WHAT YOU HAVE TO DO
Would you output the entries below only from the line containing "#209=ORIENTED_EDGE('',*,*,#208,.F.);" through the line containing "#256=ADVANCED_FACE('',(#253),#255,.F.);", exactly as they stand and with both ends included?

STUDY MATERIAL
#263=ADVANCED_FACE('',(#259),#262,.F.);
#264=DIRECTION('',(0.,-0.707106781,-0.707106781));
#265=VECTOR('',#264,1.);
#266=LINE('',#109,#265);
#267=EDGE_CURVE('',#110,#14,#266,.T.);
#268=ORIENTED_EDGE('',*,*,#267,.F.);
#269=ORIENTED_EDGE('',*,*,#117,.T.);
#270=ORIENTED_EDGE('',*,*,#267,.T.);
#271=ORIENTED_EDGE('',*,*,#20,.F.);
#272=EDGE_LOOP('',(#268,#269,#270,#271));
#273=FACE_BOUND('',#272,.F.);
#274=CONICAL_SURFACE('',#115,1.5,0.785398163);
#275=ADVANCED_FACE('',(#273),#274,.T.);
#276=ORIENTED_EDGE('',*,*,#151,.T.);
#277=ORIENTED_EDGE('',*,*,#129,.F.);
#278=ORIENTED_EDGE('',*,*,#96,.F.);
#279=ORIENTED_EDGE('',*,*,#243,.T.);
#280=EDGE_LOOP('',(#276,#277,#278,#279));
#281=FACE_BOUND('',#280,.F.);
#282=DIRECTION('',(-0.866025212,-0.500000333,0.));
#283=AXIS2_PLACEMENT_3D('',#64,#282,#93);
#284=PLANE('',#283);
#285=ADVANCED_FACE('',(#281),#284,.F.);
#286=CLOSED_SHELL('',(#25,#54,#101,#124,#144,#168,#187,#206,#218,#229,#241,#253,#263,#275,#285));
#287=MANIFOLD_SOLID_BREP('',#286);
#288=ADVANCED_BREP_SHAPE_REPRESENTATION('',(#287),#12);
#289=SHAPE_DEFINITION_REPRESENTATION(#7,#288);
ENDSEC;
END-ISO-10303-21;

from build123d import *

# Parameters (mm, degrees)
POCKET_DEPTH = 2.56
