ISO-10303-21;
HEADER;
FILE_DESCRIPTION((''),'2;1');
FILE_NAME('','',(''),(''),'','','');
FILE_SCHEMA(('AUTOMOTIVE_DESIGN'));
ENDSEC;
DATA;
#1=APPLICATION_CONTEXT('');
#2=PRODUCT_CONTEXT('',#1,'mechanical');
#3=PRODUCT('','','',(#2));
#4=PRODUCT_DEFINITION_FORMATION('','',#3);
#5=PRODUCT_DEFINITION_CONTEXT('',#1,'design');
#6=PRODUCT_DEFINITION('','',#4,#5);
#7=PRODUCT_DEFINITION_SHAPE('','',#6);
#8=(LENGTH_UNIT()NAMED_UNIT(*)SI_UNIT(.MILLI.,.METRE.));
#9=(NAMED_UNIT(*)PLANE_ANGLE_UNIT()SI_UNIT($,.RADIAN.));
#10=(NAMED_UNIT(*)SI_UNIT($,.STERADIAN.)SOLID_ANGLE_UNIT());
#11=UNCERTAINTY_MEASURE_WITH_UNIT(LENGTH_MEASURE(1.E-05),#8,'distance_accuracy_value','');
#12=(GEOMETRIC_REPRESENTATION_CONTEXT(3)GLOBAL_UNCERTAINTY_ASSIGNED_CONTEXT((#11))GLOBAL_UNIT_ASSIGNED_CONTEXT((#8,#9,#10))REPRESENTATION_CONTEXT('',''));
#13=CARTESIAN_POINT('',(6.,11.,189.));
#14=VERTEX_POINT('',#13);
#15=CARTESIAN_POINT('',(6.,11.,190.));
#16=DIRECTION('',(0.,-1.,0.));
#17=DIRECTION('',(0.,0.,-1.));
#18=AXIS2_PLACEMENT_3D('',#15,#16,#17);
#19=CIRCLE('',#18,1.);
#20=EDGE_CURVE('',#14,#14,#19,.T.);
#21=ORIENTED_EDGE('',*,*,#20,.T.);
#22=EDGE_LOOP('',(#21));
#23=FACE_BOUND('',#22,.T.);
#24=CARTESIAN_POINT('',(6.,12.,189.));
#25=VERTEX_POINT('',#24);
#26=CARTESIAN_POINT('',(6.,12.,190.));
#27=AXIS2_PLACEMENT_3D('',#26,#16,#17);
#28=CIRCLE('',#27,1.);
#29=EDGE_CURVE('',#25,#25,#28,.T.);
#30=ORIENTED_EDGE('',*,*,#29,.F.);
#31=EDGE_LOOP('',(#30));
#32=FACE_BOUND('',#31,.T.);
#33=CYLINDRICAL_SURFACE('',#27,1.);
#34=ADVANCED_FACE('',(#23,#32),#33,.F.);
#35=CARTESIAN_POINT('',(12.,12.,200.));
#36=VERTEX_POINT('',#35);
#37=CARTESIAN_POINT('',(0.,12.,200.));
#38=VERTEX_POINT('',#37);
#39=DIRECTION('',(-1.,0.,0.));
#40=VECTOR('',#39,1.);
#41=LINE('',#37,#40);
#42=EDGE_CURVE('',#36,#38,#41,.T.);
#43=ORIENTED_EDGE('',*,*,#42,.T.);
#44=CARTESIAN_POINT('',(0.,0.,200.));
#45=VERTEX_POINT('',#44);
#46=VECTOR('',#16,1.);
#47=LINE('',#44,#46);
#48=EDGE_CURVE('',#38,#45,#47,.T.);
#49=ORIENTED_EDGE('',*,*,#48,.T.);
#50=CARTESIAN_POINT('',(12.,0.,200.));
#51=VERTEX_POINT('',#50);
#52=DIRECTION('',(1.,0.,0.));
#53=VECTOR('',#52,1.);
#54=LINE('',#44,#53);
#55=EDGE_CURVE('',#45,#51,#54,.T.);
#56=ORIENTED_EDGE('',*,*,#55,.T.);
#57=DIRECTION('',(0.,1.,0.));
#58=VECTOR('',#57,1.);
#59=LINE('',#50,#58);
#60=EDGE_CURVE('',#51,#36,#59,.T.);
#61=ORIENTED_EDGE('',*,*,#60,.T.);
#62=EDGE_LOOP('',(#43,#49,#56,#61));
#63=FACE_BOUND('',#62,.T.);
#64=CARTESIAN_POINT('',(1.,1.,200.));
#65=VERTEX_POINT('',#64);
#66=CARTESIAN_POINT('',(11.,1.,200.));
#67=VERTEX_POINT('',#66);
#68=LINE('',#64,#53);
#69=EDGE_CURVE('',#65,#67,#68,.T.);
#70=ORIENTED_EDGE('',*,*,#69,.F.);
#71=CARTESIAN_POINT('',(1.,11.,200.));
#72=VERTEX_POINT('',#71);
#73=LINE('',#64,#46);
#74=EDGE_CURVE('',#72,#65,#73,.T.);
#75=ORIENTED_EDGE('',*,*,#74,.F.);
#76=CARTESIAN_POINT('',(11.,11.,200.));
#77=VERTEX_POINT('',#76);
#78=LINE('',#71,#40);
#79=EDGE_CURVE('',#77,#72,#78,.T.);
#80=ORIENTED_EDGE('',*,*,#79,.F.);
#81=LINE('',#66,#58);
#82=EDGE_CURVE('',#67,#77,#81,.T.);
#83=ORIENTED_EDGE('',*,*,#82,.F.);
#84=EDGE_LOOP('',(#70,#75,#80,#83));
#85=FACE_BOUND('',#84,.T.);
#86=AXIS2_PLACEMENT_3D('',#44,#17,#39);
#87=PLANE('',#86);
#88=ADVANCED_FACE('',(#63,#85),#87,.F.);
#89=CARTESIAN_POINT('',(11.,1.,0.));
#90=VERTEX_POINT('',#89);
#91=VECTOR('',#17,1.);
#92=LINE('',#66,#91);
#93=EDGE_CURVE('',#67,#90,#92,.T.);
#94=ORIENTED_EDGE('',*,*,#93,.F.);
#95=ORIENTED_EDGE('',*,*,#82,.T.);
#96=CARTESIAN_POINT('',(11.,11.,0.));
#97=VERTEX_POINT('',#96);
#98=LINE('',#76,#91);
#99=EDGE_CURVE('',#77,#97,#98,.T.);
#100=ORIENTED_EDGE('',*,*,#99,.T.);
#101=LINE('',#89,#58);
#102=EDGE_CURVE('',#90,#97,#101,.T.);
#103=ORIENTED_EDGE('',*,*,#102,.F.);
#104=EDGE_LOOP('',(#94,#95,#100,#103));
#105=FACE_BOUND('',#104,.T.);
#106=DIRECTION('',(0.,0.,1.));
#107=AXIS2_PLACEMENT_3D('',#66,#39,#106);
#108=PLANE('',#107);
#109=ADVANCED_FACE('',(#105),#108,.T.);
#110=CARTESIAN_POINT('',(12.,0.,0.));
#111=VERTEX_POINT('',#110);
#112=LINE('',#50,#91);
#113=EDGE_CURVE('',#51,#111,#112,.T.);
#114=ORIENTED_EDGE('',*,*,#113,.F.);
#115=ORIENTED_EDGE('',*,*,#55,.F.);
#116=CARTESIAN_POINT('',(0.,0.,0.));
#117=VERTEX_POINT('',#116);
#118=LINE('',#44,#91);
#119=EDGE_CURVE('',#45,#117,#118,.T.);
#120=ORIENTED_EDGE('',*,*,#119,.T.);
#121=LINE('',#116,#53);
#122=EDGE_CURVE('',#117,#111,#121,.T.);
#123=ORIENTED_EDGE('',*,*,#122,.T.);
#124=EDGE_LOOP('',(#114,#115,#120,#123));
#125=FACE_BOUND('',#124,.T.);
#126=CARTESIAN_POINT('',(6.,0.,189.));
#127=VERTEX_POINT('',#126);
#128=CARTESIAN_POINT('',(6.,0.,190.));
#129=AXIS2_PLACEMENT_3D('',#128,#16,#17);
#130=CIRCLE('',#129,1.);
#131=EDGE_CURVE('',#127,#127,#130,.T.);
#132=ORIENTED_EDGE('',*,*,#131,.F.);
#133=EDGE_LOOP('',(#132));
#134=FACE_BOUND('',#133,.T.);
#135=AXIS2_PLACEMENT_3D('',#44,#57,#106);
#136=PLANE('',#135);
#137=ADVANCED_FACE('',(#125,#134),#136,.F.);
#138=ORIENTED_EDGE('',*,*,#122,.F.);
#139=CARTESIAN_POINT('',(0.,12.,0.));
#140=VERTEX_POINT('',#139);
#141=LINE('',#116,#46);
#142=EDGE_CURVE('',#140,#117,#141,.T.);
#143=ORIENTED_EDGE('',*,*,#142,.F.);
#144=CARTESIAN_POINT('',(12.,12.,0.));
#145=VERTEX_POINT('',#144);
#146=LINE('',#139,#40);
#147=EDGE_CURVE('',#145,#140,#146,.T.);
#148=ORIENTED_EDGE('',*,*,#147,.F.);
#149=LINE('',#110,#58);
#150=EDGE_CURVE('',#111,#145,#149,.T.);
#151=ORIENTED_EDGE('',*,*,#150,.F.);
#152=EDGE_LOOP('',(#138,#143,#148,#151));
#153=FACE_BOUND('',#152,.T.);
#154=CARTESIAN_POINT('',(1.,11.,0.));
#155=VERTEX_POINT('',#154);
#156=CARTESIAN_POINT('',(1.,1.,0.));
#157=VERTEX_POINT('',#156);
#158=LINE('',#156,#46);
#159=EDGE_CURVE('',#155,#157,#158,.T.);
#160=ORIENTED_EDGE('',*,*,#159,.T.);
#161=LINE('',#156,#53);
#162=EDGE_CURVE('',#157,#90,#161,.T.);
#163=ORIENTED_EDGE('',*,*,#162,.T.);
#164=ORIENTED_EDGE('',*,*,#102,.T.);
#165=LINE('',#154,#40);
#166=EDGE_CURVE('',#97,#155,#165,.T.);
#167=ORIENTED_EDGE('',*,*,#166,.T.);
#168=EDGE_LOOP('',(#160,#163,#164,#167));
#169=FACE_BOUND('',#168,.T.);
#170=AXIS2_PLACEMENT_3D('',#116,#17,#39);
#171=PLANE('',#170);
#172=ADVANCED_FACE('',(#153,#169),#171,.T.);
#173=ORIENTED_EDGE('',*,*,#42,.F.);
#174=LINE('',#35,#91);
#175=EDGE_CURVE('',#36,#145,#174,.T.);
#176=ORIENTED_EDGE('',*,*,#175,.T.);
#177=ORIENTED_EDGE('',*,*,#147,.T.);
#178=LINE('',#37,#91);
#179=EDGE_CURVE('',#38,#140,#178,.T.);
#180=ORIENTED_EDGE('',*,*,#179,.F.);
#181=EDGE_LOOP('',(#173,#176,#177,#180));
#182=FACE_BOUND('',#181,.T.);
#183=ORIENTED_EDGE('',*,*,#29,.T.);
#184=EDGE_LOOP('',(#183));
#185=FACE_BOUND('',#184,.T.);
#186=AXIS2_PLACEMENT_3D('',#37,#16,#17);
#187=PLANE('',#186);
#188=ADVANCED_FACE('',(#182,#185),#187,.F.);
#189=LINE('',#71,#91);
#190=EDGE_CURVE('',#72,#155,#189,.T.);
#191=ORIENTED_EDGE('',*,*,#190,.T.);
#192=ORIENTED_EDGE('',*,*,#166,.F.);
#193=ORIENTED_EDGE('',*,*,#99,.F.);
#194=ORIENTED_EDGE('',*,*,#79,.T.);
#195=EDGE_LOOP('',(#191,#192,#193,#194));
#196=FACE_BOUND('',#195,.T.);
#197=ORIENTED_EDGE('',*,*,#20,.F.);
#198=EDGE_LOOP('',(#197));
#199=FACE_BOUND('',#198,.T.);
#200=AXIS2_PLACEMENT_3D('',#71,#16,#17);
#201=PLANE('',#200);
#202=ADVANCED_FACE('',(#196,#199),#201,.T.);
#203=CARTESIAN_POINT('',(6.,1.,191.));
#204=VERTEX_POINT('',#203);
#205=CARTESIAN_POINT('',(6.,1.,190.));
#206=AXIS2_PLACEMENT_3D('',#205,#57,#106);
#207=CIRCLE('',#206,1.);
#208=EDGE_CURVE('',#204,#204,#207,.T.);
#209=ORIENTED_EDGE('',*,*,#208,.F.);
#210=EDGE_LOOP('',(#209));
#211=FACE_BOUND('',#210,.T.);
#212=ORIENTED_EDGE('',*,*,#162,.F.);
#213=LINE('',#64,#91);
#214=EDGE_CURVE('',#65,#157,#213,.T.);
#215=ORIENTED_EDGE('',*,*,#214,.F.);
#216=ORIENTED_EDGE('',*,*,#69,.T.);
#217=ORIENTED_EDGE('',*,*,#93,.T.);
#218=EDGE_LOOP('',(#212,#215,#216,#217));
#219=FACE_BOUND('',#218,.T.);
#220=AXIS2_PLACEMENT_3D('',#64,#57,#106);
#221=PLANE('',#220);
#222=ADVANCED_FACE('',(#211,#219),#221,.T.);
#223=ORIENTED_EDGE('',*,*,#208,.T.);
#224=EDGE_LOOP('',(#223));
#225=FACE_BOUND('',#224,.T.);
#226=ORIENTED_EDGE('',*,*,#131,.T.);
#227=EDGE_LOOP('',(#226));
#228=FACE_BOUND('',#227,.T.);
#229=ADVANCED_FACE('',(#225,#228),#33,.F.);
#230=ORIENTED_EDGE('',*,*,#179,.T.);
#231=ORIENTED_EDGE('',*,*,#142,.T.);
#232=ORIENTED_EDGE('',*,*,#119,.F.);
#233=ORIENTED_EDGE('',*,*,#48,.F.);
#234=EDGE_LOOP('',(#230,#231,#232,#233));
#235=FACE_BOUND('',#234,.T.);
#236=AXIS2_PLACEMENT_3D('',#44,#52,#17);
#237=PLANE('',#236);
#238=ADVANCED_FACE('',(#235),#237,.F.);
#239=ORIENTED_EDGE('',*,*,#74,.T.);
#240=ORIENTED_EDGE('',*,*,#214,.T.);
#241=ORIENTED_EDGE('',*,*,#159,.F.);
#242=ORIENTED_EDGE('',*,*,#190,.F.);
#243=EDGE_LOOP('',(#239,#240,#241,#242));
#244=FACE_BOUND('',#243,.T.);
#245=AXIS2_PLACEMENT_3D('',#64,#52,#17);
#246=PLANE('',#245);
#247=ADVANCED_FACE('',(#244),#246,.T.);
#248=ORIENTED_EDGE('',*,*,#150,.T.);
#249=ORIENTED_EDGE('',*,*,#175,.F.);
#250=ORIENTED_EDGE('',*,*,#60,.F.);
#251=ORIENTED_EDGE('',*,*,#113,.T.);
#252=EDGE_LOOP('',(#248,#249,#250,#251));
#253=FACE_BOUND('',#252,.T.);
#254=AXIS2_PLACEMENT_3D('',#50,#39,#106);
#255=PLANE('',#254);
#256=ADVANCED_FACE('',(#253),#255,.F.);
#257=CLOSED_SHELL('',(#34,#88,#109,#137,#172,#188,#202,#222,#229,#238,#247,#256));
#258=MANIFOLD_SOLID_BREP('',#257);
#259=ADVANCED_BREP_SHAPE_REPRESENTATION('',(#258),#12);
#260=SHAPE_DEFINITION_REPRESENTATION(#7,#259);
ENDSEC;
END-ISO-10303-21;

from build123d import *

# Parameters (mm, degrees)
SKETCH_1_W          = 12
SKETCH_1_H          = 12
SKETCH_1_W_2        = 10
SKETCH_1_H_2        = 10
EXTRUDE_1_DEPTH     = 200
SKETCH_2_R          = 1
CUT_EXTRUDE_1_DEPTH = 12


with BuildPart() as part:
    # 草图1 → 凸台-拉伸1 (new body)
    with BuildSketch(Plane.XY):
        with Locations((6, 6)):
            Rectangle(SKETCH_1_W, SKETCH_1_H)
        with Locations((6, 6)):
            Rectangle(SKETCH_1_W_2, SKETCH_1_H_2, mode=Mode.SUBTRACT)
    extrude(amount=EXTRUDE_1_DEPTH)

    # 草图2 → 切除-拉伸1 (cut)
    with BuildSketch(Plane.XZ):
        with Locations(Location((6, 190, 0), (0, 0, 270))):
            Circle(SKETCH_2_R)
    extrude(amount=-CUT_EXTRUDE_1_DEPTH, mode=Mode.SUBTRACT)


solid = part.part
...
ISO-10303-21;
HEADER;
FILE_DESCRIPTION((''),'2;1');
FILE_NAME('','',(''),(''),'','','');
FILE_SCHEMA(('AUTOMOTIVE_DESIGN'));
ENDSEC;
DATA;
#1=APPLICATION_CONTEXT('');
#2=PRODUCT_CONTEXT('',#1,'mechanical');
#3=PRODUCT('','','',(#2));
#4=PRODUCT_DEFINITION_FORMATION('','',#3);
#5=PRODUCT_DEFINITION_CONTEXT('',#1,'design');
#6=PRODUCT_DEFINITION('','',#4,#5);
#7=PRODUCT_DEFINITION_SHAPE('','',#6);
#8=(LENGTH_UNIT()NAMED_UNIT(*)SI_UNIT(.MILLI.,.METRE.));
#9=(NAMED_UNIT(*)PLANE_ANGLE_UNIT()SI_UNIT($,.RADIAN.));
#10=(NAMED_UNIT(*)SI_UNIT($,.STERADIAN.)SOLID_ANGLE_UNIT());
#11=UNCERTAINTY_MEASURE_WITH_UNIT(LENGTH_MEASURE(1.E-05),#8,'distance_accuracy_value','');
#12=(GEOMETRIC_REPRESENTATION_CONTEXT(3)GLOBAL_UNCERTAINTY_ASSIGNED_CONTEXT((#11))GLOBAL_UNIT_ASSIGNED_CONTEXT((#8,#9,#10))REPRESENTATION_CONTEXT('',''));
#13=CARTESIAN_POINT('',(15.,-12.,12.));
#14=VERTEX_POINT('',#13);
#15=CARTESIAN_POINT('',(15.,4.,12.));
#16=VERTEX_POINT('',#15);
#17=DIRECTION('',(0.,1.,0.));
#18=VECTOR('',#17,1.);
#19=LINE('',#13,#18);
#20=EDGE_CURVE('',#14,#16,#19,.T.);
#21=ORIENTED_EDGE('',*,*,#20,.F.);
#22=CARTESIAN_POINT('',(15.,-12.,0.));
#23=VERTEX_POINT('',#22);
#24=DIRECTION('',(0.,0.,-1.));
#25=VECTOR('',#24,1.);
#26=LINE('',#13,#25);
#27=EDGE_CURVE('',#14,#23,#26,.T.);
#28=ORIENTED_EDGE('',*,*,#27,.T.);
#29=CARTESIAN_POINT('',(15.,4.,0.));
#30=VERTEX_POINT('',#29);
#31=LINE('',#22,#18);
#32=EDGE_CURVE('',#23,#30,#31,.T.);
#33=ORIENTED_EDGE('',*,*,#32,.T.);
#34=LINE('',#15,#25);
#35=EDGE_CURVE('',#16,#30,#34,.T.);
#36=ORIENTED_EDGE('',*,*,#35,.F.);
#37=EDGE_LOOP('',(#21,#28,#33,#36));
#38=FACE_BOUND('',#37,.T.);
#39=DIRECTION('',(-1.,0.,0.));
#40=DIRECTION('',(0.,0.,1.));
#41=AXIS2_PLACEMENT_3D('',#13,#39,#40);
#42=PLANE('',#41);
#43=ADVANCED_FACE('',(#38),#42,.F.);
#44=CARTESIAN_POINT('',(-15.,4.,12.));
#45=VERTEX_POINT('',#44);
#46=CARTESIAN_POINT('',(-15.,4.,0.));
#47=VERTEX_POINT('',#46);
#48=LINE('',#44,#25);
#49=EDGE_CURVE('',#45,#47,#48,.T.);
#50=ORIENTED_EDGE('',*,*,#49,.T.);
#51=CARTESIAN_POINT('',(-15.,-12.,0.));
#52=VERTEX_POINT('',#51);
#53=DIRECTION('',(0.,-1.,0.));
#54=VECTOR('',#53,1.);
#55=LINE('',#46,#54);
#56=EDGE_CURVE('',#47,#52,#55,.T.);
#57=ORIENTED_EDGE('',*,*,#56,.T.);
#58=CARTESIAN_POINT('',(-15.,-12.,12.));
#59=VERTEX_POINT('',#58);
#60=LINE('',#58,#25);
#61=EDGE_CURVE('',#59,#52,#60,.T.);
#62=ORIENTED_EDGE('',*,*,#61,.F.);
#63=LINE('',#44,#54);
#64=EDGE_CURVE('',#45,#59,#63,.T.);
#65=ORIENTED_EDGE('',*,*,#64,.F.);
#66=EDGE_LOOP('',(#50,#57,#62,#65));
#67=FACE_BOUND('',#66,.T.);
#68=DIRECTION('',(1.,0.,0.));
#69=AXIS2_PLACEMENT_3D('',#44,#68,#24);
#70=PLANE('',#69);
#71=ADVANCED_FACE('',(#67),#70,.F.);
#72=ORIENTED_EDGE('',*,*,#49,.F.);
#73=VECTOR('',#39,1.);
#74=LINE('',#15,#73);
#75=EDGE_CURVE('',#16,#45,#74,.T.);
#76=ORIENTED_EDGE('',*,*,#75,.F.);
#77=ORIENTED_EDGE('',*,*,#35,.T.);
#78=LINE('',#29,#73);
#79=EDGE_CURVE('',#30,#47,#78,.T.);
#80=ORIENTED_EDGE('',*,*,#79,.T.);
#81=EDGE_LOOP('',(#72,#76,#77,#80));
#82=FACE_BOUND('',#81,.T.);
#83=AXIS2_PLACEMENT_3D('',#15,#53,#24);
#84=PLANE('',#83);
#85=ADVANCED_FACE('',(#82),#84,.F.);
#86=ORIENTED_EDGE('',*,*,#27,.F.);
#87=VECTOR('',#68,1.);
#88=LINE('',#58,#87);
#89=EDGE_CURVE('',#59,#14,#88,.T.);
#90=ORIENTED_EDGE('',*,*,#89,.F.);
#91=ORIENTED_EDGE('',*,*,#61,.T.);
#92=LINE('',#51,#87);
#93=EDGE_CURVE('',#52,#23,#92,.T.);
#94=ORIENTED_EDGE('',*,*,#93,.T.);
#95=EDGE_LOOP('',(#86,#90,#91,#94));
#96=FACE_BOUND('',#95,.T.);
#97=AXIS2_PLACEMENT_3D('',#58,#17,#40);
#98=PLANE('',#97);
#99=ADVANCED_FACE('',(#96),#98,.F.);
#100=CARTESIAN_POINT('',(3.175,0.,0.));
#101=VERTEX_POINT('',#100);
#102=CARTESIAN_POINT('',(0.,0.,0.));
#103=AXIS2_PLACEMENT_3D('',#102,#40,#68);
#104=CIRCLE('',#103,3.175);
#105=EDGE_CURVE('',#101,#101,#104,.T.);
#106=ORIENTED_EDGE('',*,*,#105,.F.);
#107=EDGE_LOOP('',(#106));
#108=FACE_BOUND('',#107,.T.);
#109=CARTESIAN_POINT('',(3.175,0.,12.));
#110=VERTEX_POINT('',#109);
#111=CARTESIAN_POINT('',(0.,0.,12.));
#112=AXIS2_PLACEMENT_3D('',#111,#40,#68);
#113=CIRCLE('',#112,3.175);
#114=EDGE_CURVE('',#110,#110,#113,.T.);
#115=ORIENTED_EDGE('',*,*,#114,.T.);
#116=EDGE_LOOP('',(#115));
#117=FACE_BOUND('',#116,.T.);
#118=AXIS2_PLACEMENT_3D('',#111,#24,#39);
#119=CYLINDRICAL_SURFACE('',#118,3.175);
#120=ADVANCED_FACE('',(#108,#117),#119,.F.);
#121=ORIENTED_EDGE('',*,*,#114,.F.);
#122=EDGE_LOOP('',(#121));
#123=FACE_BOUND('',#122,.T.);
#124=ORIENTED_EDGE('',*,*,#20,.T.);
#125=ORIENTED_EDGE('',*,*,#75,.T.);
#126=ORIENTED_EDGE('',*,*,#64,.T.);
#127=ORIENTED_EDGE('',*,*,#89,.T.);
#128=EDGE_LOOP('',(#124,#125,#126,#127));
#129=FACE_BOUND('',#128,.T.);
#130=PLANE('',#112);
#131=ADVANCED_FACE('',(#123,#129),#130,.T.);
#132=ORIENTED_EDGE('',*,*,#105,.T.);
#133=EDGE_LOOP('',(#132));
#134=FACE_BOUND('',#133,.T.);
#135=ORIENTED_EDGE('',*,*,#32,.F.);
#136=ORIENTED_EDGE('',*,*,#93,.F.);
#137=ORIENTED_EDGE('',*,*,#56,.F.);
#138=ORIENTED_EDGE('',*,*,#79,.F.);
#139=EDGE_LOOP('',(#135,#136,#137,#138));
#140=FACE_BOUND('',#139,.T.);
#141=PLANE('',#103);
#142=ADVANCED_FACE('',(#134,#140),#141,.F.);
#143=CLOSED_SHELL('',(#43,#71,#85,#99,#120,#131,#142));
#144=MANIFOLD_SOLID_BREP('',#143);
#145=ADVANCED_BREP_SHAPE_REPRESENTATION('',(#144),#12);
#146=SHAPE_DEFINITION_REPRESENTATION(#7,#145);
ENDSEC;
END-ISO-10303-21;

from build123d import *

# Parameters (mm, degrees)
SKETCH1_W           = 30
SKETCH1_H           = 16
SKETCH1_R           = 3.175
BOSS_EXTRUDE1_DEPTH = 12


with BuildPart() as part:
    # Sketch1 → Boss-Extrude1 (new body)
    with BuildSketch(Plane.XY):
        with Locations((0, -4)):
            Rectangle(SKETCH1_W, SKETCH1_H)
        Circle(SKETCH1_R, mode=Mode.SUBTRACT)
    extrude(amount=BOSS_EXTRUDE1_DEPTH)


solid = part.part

COMPLETED TASK
#209=ORIENTED_EDGE('',*,*,#208,.F.);
#210=EDGE_LOOP('',(#209));
#211=FACE_BOUND('',#210,.T.);
#212=ORIENTED_EDGE('',*,*,#162,.F.);
#213=LINE('',#64,#91);
#214=EDGE_CURVE('',#65,#157,#213,.T.);
#215=ORIENTED_EDGE('',*,*,#214,.F.);
#216=ORIENTED_EDGE('',*,*,#69,.T.);
#217=ORIENTED_EDGE('',*,*,#93,.T.);
#218=EDGE_LOOP('',(#212,#215,#216,#217));
#219=FACE_BOUND('',#218,.T.);
#220=AXIS2_PLACEMENT_3D('',#64,#57,#106);
#221=PLANE('',#220);
#222=ADVANCED_FACE('',(#211,#219),#221,.T.);
#223=ORIENTED_EDGE('',*,*,#208,.T.);
#224=EDGE_LOOP('',(#223));
#225=FACE_BOUND('',#224,.T.);
#226=ORIENTED_EDGE('',*,*,#131,.T.);
#227=EDGE_LOOP('',(#226));
#228=FACE_BOUND('',#227,.T.);
#229=ADVANCED_FACE('',(#225,#228),#33,.F.);
#230=ORIENTED_EDGE('',*,*,#179,.T.);
#231=ORIENTED_EDGE('',*,*,#142,.T.);
#232=ORIENTED_EDGE('',*,*,#119,.F.);
#233=ORIENTED_EDGE('',*,*,#48,.F.);
#234=EDGE_LOOP('',(#230,#231,#232,#233));
#235=FACE_BOUND('',#234,.T.);
#236=AXIS2_PLACEMENT_3D('',#44,#52,#17);
#237=PLANE('',#236);
#238=ADVANCED_FACE('',(#235),#237,.F.);
#239=ORIENTED_EDGE('',*,*,#74,.T.);
#240=ORIENTED_EDGE('',*,*,#214,.T.);
#241=ORIENTED_EDGE('',*,*,#159,.F.);
#242=ORIENTED_EDGE('',*,*,#190,.F.);
#243=EDGE_LOOP('',(#239,#240,#241,#242));
#244=FACE_BOUND('',#243,.T.);
#245=AXIS2_PLACEMENT_3D('',#64,#52,#17);
#246=PLANE('',#245);
#247=ADVANCED_FACE('',(#244),#246,.T.);
#248=ORIENTED_EDGE('',*,*,#150,.T.);
#249=ORIENTED_EDGE('',*,*,#175,.F.);
#250=ORIENTED_EDGE('',*,*,#60,.F.);
#251=ORIENTED_EDGE('',*,*,#113,.T.);
#252=EDGE_LOOP('',(#248,#249,#250,#251));
#253=FACE_BOUND('',#252,.T.);
#254=AXIS2_PLACEMENT_3D('',#50,#39,#106);
#255=PLANE('',#254);
#256=ADVANCED_FACE('',(#253),#255,.F.);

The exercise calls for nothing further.